[[ TASK INPUTS, beginning ]]

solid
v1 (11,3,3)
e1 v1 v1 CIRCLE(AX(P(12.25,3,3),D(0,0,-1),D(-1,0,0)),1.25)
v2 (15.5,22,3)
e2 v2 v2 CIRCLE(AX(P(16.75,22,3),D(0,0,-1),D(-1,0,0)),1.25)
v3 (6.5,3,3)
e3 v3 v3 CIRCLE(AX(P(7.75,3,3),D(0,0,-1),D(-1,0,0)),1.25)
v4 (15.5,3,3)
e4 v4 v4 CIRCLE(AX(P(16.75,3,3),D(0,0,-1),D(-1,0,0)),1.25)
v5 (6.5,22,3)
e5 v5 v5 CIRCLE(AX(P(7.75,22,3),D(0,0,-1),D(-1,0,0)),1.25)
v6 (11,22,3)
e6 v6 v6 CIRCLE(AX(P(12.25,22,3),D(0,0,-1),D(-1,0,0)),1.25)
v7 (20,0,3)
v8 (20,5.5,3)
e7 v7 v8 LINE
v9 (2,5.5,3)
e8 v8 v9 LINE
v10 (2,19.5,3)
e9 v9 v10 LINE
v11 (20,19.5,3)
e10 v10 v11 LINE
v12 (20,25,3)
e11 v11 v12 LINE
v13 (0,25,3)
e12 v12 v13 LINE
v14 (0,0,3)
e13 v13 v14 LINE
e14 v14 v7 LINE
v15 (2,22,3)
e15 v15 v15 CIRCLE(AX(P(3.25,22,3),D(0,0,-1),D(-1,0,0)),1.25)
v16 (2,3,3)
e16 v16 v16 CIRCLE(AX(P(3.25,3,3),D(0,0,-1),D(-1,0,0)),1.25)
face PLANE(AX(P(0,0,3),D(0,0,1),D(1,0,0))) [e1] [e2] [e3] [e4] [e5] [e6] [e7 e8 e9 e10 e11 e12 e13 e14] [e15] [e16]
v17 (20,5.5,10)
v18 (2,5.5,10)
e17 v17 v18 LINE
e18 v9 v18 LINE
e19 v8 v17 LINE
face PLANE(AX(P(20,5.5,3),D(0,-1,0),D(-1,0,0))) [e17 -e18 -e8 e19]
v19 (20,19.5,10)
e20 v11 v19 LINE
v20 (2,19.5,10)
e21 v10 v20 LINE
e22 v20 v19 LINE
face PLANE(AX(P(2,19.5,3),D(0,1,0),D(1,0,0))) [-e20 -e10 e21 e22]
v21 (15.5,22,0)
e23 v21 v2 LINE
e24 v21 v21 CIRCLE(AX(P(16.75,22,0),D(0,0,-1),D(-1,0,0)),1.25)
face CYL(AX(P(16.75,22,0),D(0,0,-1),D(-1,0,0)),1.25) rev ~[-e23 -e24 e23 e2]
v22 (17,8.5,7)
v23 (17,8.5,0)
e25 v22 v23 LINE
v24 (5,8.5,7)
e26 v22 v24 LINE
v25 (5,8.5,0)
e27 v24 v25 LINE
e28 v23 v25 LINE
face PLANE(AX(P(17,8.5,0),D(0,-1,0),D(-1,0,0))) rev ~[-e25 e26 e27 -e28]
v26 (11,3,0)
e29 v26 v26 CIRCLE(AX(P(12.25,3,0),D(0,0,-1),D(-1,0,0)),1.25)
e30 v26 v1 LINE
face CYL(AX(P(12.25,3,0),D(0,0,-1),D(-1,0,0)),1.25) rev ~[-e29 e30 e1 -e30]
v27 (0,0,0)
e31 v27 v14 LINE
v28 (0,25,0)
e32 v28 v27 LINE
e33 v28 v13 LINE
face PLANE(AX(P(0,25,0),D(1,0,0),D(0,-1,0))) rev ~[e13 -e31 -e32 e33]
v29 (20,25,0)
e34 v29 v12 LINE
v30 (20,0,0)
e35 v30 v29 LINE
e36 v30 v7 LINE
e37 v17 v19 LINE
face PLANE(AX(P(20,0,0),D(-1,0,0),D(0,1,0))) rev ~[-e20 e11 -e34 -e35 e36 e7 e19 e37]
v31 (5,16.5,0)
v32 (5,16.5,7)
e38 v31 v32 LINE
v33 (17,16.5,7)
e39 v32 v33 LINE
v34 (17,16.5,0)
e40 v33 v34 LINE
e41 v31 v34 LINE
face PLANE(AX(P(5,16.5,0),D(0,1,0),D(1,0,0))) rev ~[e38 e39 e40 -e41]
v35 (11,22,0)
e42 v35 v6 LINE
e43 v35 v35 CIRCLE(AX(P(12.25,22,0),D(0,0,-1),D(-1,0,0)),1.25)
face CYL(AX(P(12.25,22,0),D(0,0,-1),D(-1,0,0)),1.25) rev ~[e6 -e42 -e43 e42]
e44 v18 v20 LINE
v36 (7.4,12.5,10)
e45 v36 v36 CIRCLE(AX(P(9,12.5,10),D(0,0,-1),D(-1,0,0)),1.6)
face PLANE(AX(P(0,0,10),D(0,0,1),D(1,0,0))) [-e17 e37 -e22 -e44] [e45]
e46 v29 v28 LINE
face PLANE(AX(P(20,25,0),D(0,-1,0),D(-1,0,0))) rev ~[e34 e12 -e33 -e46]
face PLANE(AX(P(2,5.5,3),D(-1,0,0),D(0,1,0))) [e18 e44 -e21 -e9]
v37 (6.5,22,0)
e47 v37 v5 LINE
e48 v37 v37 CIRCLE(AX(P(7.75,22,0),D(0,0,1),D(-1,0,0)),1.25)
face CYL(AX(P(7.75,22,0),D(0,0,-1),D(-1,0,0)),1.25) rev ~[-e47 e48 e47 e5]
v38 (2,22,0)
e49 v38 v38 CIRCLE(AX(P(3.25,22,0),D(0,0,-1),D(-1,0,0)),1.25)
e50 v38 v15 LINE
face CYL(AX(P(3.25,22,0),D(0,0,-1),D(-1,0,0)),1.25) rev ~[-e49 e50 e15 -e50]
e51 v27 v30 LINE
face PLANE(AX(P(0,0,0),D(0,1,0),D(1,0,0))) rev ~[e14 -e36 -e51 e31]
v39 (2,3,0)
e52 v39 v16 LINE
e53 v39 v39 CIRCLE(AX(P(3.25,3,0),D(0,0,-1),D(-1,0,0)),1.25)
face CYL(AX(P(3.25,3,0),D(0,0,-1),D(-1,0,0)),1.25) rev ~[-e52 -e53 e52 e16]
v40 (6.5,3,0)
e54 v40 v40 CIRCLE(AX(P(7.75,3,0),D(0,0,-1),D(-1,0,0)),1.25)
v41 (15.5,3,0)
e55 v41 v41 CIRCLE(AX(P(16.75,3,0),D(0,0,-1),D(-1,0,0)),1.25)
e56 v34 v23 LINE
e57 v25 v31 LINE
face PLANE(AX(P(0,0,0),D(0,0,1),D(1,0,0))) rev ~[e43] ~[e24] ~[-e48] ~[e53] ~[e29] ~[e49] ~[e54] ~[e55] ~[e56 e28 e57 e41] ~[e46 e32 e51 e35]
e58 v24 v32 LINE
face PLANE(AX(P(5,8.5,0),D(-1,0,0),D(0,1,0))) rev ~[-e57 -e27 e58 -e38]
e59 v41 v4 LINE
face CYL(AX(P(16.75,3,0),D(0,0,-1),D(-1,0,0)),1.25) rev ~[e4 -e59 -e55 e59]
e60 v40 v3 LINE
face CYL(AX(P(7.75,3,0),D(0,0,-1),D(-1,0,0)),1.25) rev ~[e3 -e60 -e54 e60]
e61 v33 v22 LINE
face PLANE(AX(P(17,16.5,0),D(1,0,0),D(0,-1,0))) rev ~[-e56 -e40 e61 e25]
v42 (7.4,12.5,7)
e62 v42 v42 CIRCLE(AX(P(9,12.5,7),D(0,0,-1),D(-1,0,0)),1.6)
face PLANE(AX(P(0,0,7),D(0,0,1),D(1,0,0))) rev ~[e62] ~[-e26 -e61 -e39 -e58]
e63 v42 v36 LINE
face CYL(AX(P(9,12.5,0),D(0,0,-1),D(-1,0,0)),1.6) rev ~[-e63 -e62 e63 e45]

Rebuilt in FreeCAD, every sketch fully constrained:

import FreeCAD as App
import Part
import Sketcher
from FreeCAD import Vector

doc = App.newDocument("Part")
body = doc.addObject("PartDesign::Body", "Body")

# Sketch on XY plane
sketch1 = body.newObject("Sketcher::SketchObject", "Sketch")
sketch1.AttachmentSupport = (doc.getObject("XY_Plane"), [""])
sketch1.MapMode = "FlatFace"
sketch1.addGeometry([
    Part.LineSegment(Vector(0, 25, 0), Vector(0, 0, 0)),  # 0
    Part.LineSegment(Vector(0, 0, 0), Vector(20, 0, 0)),  # 1
    Part.LineSegment(Vector(20, 0, 0), Vector(20, 25, 0)),  # 2
    Part.LineSegment(Vector(20, 25, 0), Vector(0, 25, 0)),  # 3
    Part.LineSegment(Vector(5, 8.5, 0), Vector(5, 16.5, 0)),  # 4
    Part.LineSegment(Vector(5, 16.5, 0), Vector(17, 16.5, 0)),  # 5
    Part.LineSegment(Vector(17, 16.5, 0), Vector(17, 8.5, 0)),  # 6
    Part.LineSegment(Vector(17, 8.5, 0), Vector(5, 8.5, 0)),  # 7
], False)
sketch1.addConstraint([
    Sketcher.Constraint("Coincident", 0, 2, 1, 1),
    Sketcher.Constraint("Coincident", 1, 2, 2, 1),
    Sketcher.Constraint("Coincident", 2, 2, 3, 1),
    Sketcher.Constraint("Coincident", 3, 2, 0, 1),
    Sketcher.Constraint("Coincident", 4, 2, 5, 1),
    Sketcher.Constraint("Coincident", 5, 2, 6, 1),
    Sketcher.Constraint("Coincident", 6, 2, 7, 1),
    Sketcher.Constraint("Coincident", 7, 2, 4, 1),
    Sketcher.Constraint("Vertical", 0),
    Sketcher.Constraint("Horizontal", 1),
    Sketcher.Constraint("Vertical", 2),
    Sketcher.Constraint("Horizontal", 3),
    Sketcher.Constraint("Vertical", 4),
    Sketcher.Constraint("Horizontal", 5),
    Sketcher.Constraint("Vertical", 6),
    Sketcher.Constraint("Horizontal", 7),
    Sketcher.Constraint("Coincident", 0, 2, -1, 1),
    Sketcher.Constraint("DistanceX", 1, 1, 1, 2, 20.0),
    Sketcher.Constraint("DistanceX", 5, 1, 5, 2, 12.0),
    Sketcher.Constraint("DistanceY", 0, 2, 0, 1, 25.0),
    Sketcher.Constraint("DistanceY", 4, 1, 4, 2, 8.0),
    Sketcher.Constraint("DistanceX", 5, 2, 2, 2, 3.0),
    Sketcher.Constraint("DistanceY", -1, 1, 4, 2, 16.5),
])
pad1 = body.newObject("PartDesign::Pad", "Pad")
pad1.Profile = sketch1
pad1.Length = 3

# Sketch on XY plane
sketch2 = body.newObject("Sketcher::SketchObject", "Sketch001")
sketch2.AttachmentSupport = (doc.getObject("XY_Plane"), [""])
sketch2.MapMode = "FlatFace"
sketch2.AttachmentOffset = App.Placement(Vector(0, 0, 3), App.Rotation())
sketch2.addGeometry([
    Part.LineSegment(Vector(2, 5.5, 0), Vector(20, 5.5, 0)),  # 0
    Part.LineSegment(Vector(20, 5.5, 0), Vector(20, 19.5, 0)),  # 1
    Part.LineSegment(Vector(20, 19.5, 0), Vector(2, 19.5, 0)),  # 2
    Part.LineSegment(Vector(2, 19.5, 0), Vector(2, 5.5, 0)),  # 3
    Part.LineSegment(Vector(5, 16.5, 0), Vector(17, 16.5, 0)),  # 4
    Part.LineSegment(Vector(17, 16.5, 0), Vector(17, 8.5, 0)),  # 5
    Part.LineSegment(Vector(17, 8.5, 0), Vector(5, 8.5, 0)),  # 6
    Part.LineSegment(Vector(5, 8.5, 0), Vector(5, 16.5, 0)),  # 7
], False)
sketch2.addConstraint([
    Sketcher.Constraint("Coincident", 0, 2, 1, 1),
    Sketcher.Constraint("Coincident", 1, 2, 2, 1),
    Sketcher.Constraint("Coincident", 2, 2, 3, 1),
    Sketcher.Constraint("Coincident", 3, 2, 0, 1),
    Sketcher.Constraint("Coincident", 4, 2, 5, 1),
    Sketcher.Constraint("Coincident", 5, 2, 6, 1),
    Sketcher.Constraint("Coincident", 6, 2, 7, 1),
    Sketcher.Constraint("Coincident", 7, 2, 4, 1),
    Sketcher.Constraint("Horizontal", 0),
    Sketcher.Constraint("Vertical", 1),
    Sketcher.Constraint("Horizontal", 2),
    Sketcher.Constraint("Vertical", 3),
    Sketcher.Constraint("Horizontal", 4),
    Sketcher.Constraint("Vertical", 5),
    Sketcher.Constraint("Horizontal", 6),
    Sketcher.Constraint("Vertical", 7),
    Sketcher.Constraint("DistanceX", 0, 1, 0, 2, 18.0),
    Sketcher.Constraint("DistanceX", 4, 1, 4, 2, 12.0),
    Sketcher.Constraint("DistanceY", 1, 1, 1, 2, 14.0),
    Sketcher.Constraint("DistanceY", 5, 2, 5, 1, 8.0),
    Sketcher.Constraint("DistanceX", -1, 1, 0, 2, 20.0),
    Sketcher.Constraint("DistanceX", -1, 1, 4, 2, 17.0),
    Sketcher.Constraint("DistanceY", 4, 2, 1, 2, 3.0),
    Sketcher.Constraint("DistanceY", -1, 1, 0, 2, 5.5),
])
pad2 = body.newObject("PartDesign::Pad", "Pad001")
pad2.Profile = sketch2
pad2.Length = 7

# Sketch on XY plane
sketch3 = body.newObject("Sketcher::SketchObject", "Sketch002")
sketch3.AttachmentSupport = (doc.getObject("XY_Plane"), [""])
sketch3.MapMode = "FlatFace"
sketch3.AttachmentOffset = App.Placement(Vector(0, 0, 10), App.Rotation())
sketch3.addGeometry([
    Part.LineSegment(Vector(5, 8.5, 0), Vector(17, 8.5, 0)),
    Part.LineSegment(Vector(17, 8.5, 0), Vector(17, 16.5, 0)),
    Part.LineSegment(Vector(17, 16.5, 0), Vector(5, 16.5, 0)),
    Part.LineSegment(Vector(5, 16.5, 0), Vector(5, 8.5, 0)),
], False)
sketch3.addConstraint([
    Sketcher.Constraint("Coincident", 0, 2, 1, 1),
    Sketcher.Constraint("Coincident", 1, 2, 2, 1),
    Sketcher.Constraint("Coincident", 2, 2, 3, 1),
    Sketcher.Constraint("Coincident", 3, 2, 0, 1),
    Sketcher.Constraint("Horizontal", 0),
    Sketcher.Constraint("Vertical", 1),
    Sketcher.Constraint("Horizontal", 2),
    Sketcher.Constraint("Vertical", 3),
    Sketcher.Constraint("DistanceX", 0, 1, 0, 2, 12.0),
    Sketcher.Constraint("DistanceY", 1, 1, 1, 2, 8.0),
    Sketcher.Constraint("DistanceX", -1, 1, 0, 2, 17.0),
    Sketcher.Constraint("DistanceY", -1, 1, 0, 2, 8.5),
])
pad3 = body.newObject("PartDesign::Pad", "Pad002")
pad3.Profile = sketch3
pad3.Length = 3
pad3.Reversed = True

[[ TASK INPUTS, end ]]

REQUIREMENT: Return only the part of the records above that opens with the line containing "e17 v17 v18 LINE" and closes with the line containing "v22 (17,8.5,7)", ends included.

TASK RESPONSE:
e17 v17 v18 LINE
e18 v9 v18 LINE
e19 v8 v17 LINE
face PLANE(AX(P(20,5.5,3),D(0,-1,0),D(-1,0,0))) [e17 -e18 -e8 e19]
v19 (20,19.5,10)
e20 v11 v19 LINE
v20 (2,19.5,10)
e21 v10 v20 LINE
e22 v20 v19 LINE
face PLANE(AX(P(2,19.5,3),D(0,1,0),D(1,0,0))) [-e20 -e10 e21 e22]
v21 (15.5,22,0)
e23 v21 v2 LINE
e24 v21 v21 CIRCLE(AX(P(16.75,22,0),D(0,0,-1),D(-1,0,0)),1.25)
face CYL(AX(P(16.75,22,0),D(0,0,-1),D(-1,0,0)),1.25) rev ~[-e23 -e24 e23 e2]
v22 (17,8.5,7)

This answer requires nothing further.